Asmali (60) tampak termenung meratapi nasibnya. Lelaki yang sehari-sehari mengatar es balok ke warung-warung mengeluh karena orang yang mau membeli es nya semakin berkurang.”Orang-orang sekarang lebih banyak memakai es kristal. Sebagian juga membuat sendiri karena sudah banyak yang mempunyai kulkas,” ucap pria yang khas dengan logat Madura ini.

Bapak yang mempunyai lima anak ini sedang menghadapi masa-masa sulit. Ia dulu menafkahi keluarganya dengan jualan es lilin keliling dari gang-gang di kota Surabaya. Pekerjaan ini telah ia jalani selama lima tahun.


Mempunyai 5 anak dan kebutuhan keluarga yang semakin bertambah, membuat ia memutuskan untuk ganti pekerjaan lain. Profesi barunya ialah menjual es balok dari warung ke warung, dari rumah ke rumah di daerah sekitar Jl. Widodaren, Jl. Kedungdoro, Jl. Tidar. Ketiga lokasi tersebut berada di kota Surabaya, Jawa Timur. Es balok ia beli dari pabriknya langsung. Pekerjaan ini ditekuninya selama tiga puluh lima tahun.

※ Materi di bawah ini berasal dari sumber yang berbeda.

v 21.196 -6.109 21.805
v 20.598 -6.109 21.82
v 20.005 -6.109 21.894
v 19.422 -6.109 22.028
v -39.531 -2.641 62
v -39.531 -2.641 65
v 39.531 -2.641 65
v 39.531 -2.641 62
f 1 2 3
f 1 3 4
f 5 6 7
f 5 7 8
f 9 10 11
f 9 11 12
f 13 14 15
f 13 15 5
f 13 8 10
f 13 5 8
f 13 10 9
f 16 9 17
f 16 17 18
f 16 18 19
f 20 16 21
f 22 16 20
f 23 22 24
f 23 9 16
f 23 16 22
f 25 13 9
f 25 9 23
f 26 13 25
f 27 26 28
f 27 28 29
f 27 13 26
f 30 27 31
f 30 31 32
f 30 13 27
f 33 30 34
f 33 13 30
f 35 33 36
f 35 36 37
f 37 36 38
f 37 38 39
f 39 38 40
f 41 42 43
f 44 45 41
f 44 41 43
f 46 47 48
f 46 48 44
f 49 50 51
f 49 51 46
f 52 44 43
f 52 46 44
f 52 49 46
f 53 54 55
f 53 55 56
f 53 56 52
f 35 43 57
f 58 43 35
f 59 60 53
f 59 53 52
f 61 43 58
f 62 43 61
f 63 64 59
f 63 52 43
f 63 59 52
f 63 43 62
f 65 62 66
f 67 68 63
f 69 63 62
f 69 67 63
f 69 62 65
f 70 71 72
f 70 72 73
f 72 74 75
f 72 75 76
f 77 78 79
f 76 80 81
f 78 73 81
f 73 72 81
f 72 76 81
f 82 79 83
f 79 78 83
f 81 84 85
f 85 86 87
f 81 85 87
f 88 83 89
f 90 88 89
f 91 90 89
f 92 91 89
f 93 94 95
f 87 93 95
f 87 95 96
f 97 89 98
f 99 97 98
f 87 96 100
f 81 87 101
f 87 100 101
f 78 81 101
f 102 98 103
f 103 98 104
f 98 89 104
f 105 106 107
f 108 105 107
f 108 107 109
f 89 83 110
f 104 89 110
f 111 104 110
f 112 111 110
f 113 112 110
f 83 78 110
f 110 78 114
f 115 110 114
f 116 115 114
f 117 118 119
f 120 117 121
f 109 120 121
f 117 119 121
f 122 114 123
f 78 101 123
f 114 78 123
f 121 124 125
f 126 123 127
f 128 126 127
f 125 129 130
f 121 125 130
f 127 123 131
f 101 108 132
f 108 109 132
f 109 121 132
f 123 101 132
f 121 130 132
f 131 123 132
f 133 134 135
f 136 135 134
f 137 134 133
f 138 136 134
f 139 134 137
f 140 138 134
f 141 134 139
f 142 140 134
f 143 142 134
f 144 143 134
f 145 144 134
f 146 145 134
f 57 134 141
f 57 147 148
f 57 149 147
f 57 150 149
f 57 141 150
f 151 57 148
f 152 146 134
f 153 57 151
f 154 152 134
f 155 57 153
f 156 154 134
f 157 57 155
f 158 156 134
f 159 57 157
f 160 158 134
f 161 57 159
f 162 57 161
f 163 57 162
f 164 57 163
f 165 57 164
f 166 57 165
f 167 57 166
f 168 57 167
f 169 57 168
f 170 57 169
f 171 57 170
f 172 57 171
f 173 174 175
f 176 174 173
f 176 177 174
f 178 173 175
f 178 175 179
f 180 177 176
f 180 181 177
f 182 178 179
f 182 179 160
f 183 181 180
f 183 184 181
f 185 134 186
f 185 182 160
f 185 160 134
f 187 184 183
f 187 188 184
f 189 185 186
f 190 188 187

Es balok laris peminat lima tahun lalu, banyak pedagang menggunakan es ini saat menyajikan aneka minuman. Es ini juga banyak digunakan nelayan untuk membekukan ikan agar tetap segar. Namun kini es balok semakin minim ditinggalkan peminatnya. Posisinya sekarang tergeser dengan keberadaan es kristal.


Es kristal selain lebih sehat dan bersih juga lebih mudah digunakan karena sudah terpotong kecil-kecil. Es kristal juga tidak mengandung senyawa atau misalkan bakteri yang bisa membahayakan.

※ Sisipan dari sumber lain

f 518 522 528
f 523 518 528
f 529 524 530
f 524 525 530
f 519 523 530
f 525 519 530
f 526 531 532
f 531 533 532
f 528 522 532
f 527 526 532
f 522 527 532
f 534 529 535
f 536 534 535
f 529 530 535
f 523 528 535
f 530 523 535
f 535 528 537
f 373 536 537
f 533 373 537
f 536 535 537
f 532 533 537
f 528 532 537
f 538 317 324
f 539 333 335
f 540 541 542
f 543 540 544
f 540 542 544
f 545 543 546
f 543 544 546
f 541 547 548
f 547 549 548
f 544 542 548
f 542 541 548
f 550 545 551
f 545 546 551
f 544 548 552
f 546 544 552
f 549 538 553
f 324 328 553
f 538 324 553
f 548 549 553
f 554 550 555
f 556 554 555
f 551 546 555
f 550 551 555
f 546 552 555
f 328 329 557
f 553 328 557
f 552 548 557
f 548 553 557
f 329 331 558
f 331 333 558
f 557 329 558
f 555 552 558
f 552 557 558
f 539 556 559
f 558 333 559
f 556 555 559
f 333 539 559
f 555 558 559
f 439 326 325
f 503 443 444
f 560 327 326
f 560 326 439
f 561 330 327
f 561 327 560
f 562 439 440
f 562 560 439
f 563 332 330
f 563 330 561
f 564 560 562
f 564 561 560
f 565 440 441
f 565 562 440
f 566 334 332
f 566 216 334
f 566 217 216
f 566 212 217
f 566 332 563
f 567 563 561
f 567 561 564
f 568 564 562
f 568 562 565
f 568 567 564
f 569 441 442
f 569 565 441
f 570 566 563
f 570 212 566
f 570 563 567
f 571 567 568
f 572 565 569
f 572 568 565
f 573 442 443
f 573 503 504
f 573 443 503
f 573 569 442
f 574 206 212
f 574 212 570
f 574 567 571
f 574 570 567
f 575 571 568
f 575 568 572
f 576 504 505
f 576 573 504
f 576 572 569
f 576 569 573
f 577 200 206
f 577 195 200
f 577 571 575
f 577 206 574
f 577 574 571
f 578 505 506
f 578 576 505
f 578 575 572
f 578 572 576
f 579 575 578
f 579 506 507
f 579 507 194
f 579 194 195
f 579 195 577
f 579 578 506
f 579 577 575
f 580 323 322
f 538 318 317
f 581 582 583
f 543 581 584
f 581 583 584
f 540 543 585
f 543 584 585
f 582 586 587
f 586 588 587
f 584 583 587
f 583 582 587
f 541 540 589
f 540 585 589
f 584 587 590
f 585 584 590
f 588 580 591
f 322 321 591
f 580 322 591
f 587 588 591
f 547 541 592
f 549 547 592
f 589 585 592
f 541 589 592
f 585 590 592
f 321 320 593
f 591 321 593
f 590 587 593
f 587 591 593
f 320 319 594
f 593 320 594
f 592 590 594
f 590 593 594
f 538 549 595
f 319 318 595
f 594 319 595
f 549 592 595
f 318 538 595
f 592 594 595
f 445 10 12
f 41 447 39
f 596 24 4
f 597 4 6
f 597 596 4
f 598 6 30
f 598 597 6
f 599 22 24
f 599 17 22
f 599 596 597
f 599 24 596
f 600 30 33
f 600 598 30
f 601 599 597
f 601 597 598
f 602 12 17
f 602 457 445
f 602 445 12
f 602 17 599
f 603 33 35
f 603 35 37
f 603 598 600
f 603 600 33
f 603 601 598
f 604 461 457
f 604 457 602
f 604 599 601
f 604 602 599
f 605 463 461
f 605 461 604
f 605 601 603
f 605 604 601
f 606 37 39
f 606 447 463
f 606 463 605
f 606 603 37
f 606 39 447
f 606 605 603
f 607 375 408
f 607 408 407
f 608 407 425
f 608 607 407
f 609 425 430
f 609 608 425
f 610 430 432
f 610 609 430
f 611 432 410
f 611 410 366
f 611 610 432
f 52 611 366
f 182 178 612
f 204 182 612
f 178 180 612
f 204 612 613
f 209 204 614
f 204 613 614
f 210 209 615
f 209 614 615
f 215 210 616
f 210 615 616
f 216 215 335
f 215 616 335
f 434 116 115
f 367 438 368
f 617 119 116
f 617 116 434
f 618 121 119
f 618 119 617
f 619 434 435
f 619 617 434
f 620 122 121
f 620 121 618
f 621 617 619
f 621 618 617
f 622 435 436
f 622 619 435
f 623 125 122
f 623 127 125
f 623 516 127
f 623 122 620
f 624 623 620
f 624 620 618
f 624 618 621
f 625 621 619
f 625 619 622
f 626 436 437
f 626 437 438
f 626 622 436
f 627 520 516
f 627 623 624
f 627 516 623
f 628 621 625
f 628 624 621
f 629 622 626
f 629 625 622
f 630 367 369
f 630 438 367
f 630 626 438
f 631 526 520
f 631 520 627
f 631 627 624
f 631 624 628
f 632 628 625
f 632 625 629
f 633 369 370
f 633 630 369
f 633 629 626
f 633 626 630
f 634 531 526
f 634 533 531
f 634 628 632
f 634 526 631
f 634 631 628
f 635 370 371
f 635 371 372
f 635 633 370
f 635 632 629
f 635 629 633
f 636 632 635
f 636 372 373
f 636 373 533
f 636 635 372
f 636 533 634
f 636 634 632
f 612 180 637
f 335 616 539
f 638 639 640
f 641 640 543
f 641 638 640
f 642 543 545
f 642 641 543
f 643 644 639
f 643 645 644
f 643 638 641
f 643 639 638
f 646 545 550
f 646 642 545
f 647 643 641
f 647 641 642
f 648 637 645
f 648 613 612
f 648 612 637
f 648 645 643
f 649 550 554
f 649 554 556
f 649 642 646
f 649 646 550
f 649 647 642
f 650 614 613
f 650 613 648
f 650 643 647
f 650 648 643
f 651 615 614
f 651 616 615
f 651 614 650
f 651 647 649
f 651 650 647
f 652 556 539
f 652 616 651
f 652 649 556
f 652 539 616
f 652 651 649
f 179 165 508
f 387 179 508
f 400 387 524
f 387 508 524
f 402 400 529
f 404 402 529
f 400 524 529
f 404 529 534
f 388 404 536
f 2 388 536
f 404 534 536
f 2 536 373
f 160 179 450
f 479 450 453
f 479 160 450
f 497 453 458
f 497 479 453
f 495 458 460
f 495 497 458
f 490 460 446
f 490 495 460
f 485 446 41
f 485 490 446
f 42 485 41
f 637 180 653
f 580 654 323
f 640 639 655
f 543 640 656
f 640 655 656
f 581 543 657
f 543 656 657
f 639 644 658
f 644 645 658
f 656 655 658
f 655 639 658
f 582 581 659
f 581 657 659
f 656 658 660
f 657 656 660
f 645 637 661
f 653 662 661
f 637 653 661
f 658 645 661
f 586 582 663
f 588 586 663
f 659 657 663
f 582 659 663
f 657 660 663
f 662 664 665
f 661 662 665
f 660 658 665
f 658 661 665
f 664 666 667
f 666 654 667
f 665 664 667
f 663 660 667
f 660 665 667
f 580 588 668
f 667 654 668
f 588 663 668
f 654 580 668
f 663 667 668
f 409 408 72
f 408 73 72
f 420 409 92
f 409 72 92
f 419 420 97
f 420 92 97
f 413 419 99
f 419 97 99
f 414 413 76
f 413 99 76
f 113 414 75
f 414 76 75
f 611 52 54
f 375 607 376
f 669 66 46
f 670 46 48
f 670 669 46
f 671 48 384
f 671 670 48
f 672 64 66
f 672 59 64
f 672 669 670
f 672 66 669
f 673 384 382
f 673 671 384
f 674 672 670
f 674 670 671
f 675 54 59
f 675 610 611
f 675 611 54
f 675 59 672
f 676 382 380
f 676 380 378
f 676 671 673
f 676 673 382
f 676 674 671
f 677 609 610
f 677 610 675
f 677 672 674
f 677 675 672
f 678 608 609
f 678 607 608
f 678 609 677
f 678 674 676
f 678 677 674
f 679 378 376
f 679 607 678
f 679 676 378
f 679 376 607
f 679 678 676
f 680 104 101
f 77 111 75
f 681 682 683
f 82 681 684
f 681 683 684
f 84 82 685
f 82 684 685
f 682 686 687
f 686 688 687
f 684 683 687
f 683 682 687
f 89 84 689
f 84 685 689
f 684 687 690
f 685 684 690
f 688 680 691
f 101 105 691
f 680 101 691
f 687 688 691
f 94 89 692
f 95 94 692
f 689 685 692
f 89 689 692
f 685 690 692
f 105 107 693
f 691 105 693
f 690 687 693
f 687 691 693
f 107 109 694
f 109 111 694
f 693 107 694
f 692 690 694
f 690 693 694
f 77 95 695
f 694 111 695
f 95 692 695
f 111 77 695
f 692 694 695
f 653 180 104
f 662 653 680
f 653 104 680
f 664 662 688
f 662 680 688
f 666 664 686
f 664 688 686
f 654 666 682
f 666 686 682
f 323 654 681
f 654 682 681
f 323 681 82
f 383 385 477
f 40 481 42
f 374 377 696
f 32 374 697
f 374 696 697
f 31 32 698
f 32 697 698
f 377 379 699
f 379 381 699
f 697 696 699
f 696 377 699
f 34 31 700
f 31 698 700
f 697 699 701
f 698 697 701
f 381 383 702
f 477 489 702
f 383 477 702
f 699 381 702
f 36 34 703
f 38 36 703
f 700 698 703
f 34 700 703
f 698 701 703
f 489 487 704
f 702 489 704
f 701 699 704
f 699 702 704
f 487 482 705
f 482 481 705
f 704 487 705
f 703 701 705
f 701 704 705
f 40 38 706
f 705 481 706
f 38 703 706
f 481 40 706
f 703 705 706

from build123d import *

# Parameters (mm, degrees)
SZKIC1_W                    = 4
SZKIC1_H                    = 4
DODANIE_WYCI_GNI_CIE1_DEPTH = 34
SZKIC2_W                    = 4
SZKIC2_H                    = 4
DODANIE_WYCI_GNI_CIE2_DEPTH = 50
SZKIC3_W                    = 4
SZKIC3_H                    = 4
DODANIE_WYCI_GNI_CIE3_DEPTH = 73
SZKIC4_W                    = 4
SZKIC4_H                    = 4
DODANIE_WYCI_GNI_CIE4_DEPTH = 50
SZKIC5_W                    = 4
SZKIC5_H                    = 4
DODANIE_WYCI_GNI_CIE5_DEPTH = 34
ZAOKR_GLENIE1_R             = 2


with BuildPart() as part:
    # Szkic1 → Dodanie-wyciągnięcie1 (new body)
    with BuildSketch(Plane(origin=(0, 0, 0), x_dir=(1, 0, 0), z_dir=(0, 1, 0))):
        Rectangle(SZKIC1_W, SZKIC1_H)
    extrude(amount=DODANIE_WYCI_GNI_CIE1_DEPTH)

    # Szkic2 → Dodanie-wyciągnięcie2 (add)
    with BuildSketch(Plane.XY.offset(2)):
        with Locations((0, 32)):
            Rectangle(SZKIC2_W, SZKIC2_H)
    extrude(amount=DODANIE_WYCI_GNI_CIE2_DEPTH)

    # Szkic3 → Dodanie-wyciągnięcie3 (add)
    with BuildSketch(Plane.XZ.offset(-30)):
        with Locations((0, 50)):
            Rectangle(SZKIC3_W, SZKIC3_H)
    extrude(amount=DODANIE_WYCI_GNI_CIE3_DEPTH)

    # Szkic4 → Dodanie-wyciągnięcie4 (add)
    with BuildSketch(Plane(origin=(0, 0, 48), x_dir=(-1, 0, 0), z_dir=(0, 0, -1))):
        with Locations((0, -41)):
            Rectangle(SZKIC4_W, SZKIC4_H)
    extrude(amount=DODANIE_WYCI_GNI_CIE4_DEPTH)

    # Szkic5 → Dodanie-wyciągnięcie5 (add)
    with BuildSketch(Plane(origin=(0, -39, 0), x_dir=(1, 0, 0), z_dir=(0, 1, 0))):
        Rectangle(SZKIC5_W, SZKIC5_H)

Di usianya yang tak lagi muda ini, Asmat begitu orang-orang biasa memanggil dia sedang meratapi nasibnya. Ia mempunyai angan-angan untuk berganti pekerjaan. Tetapi usia yang sudah setengah abad lebih menjadi penghalangnya.


“Zaman sudah berubah. Mobil angkot dan becak sudah kalah bersaing dengan transportasi berbasis aplikasi. Pelanggan es balok juga mulai pindah ke es kristal. Berbelanja pun sekarang juga bisa lewat telepon genggam,” ujar Asmali sambil duduk di atas becak temannya.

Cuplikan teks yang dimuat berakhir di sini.